Richard Brody – “Everything Is Cinema: The Working Life of Jean-Luc Godard” (2008)

September 30, 2011 at 9:38 pm (Cinema, French New Wave, Reviews & Articles)

Another review of this massive biography on the life of famed French New Wave director Jean-Luc Godard — this time by Salon senior writer Stephanie Zacharek from The New York Times, July 13, 2008… 

A Girl and a Gun

Richard Brody’s Everything Is Cinema: The Working Life of Jean-Luc Godard is a story of transformation, a painstaking account of a lifelong artistic journey. Now we know how one of the greatest of all filmmakers — the man who so radically changed cinema in 1959 with his debut feature, Breathless — became an intolerable gasbag. That probably wasn’t Brody’s aim in writing this exhaustive, and sometimes exhausting, critical biography. As Brody, a film critic and editor at The New Yorker, makes clear in the preface, he still believes in Godard’s relevance, claiming that the resolutely not-retired filmmaker, who has lived in Rolle, Switzerland, for the past 30 years, continues to work “at an extraordinarily high level of artistic achievement.”
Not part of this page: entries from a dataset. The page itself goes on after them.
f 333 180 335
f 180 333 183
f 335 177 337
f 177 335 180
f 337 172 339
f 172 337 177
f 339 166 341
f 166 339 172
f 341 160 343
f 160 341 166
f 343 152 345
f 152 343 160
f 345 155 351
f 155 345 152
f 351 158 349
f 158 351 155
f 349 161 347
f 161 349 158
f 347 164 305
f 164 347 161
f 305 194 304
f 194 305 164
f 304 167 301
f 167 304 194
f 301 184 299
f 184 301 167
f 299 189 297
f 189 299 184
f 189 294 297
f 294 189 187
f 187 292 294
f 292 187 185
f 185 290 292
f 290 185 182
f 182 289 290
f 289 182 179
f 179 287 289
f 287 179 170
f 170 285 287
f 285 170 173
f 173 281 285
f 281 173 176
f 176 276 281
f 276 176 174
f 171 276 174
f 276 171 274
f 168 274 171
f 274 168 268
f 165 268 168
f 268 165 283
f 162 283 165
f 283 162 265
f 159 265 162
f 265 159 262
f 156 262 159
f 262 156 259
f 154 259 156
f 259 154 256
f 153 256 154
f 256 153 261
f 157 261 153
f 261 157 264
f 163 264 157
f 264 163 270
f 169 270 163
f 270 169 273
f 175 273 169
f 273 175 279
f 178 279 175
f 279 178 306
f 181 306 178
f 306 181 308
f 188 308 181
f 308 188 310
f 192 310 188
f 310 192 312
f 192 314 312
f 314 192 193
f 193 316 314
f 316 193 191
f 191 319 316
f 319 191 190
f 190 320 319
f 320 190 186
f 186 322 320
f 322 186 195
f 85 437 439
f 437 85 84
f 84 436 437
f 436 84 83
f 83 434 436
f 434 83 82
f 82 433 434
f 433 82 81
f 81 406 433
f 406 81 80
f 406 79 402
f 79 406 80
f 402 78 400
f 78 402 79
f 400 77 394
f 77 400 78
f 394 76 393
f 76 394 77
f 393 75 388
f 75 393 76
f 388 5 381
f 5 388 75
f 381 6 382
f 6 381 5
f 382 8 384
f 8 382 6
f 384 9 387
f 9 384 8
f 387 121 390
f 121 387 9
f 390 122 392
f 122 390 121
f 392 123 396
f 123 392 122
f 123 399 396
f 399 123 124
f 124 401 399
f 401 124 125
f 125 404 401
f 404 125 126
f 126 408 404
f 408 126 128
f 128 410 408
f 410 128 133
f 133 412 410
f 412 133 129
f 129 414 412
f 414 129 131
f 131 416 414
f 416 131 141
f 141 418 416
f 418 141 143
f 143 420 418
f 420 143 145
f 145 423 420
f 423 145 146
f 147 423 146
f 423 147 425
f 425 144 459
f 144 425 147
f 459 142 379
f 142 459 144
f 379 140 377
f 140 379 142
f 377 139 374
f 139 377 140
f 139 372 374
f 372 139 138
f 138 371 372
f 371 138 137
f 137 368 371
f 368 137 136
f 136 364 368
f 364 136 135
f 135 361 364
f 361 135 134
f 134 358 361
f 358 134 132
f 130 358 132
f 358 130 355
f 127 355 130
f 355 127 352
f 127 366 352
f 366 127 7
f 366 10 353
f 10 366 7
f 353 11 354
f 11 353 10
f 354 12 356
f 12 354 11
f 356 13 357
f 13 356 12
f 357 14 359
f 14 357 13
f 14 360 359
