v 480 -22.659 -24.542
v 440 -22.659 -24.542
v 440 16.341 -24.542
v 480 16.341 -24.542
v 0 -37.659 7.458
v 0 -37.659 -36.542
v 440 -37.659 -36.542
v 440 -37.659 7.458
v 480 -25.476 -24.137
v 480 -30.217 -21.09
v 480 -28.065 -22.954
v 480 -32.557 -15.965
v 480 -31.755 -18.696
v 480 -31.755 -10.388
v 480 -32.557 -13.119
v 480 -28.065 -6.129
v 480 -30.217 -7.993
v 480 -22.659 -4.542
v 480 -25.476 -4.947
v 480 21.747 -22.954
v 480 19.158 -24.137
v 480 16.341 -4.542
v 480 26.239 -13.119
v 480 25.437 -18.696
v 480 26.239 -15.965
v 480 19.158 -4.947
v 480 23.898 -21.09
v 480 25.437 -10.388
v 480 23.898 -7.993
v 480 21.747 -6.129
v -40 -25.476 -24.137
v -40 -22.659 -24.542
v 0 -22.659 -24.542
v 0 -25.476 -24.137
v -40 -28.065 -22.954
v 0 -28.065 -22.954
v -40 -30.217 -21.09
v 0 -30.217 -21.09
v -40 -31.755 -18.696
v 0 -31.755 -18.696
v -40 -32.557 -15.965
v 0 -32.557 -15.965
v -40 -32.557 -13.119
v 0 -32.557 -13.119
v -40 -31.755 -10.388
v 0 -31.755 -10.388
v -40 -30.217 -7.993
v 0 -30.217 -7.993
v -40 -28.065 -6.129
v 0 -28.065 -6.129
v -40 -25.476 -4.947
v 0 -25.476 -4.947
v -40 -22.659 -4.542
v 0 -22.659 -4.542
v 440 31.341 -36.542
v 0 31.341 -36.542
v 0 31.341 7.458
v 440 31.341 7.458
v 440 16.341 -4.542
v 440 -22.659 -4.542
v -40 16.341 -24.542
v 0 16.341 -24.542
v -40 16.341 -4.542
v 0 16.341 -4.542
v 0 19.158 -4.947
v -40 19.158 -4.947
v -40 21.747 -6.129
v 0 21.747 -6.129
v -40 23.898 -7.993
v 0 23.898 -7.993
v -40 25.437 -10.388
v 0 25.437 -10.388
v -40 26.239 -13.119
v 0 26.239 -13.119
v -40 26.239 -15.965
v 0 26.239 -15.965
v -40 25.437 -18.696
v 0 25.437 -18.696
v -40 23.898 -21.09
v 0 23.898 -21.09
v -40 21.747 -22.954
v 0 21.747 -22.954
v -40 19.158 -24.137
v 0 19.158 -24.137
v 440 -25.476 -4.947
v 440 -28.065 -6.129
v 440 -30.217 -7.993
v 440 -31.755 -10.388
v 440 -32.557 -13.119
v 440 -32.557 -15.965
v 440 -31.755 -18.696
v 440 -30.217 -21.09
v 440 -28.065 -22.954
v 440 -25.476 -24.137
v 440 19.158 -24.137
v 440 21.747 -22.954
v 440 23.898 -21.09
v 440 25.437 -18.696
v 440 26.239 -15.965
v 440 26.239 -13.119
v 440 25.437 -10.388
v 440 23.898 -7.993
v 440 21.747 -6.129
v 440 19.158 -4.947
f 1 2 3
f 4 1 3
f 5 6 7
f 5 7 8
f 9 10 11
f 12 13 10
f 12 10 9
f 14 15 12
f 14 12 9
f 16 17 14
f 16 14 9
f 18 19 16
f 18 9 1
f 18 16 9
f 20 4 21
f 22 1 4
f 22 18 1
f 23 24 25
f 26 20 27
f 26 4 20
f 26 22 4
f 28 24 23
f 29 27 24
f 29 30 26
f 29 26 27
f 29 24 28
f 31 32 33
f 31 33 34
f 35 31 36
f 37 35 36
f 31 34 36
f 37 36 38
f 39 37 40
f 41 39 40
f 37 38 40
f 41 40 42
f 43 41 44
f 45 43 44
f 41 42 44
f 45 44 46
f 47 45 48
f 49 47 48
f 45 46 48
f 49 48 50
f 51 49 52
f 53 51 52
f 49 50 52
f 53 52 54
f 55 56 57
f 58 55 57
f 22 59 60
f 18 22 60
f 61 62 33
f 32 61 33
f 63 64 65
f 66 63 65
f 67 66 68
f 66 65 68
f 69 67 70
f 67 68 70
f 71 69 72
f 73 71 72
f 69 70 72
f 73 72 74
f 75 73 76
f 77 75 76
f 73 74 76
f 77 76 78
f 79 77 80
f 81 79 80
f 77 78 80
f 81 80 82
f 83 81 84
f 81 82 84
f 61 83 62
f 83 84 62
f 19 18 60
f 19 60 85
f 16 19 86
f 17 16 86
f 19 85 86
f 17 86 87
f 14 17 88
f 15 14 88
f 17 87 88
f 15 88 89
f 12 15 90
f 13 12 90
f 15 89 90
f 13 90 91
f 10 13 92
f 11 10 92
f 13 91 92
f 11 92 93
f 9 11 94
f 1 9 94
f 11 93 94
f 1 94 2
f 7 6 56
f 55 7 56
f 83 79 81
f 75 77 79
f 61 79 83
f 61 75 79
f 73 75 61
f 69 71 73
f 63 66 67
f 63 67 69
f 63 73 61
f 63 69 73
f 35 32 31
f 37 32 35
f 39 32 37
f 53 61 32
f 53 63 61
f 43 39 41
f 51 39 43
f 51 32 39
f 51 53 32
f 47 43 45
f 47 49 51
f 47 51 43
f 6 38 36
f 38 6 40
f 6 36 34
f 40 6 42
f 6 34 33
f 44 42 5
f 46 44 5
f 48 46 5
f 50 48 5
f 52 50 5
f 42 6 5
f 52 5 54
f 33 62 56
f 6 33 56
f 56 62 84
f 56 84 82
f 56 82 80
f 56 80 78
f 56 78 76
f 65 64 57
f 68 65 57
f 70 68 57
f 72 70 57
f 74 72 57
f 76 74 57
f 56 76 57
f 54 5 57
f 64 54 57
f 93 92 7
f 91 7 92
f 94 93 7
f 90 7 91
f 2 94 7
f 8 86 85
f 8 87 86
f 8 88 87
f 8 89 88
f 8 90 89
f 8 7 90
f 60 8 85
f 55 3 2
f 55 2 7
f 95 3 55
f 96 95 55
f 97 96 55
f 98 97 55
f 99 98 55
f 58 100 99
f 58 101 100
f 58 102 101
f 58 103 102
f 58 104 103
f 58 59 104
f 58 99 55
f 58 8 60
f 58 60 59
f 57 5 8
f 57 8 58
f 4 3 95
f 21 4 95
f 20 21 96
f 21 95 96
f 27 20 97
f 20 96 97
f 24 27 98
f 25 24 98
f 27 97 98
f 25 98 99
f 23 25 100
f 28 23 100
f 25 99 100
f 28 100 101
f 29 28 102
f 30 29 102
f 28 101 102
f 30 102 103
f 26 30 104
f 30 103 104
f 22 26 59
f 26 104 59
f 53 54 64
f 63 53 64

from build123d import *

# Parameters (mm, degrees)
F0_W     = 69
F0_H     = 44
F1_DEPTH = 440
F3_DEPTH = 40
F5_DEPTH = 40


with BuildPart() as f1:
    # F0 (on Right) → F1 (new body)
    with BuildSketch(Plane.YZ):
        with Locations((-3.159018, -14.54166)):
            Rectangle(F0_W, F0_H)
    extrude(amount=F1_DEPTH)

    # F2 (on face) → F3 (join)
    with BuildSketch(Plane(origin=(0, 0, 0), x_dir=(0, -1, 0), z_dir=(-1, 0, 0))):
        with BuildLine():
            ThreePointArc((-16.340982, -4.54166), (-26.340982, -14.54166), (-16.340982, -24.54166))
            Line((-16.340982, -24.54166), (22.659018, -24.54166))
            ThreePointArc((22.659018, -24.54166), (32.659018, -14.54166), (22.659018, -4.54166))
            Line((22.659018, -4.54166), (-16.340982, -4.54166))
        make_face()
    extrude(amount=F3_DEPTH)

    # F4 (on face) → F5 (join)
    with BuildSketch(Plane.YZ.offset(440)):
        with BuildLine():
            ThreePointArc((16.340982, -24.54166), (26.340982, -14.54166), (16.340982, -4.54166))
            Line((16.340982, -4.54166), (-22.659018, -4.54166))
            ThreePointArc((-22.659018, -4.54166), (-32.659018, -14.54166), (-22.659018, -24.54166))
            Line((-22.659018, -24.54166), (16.340982, -24.54166))
        make_face()
    extrude(amount=F5_DEPTH)


solid = f1.part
That’s a lovely, optimistic sentiment, but one that much of Godard’s post-1967 output doesn’t deserve: Empty shadowboxes like First Name: Carmen (1983) or Notre Musique (2004) seem designed to alienate viewers rather than draw them closer, which is what happens when any artist begins to live entirely inside his or her own head. It’s the artists we love best who are most capable of disappointing us, and anyone who has taken pleasure in the boldness of the movies Godard made from 1959 through 1967 — he produced an astonishing 15 full-length features in that period, beginning Read the rest of this entry »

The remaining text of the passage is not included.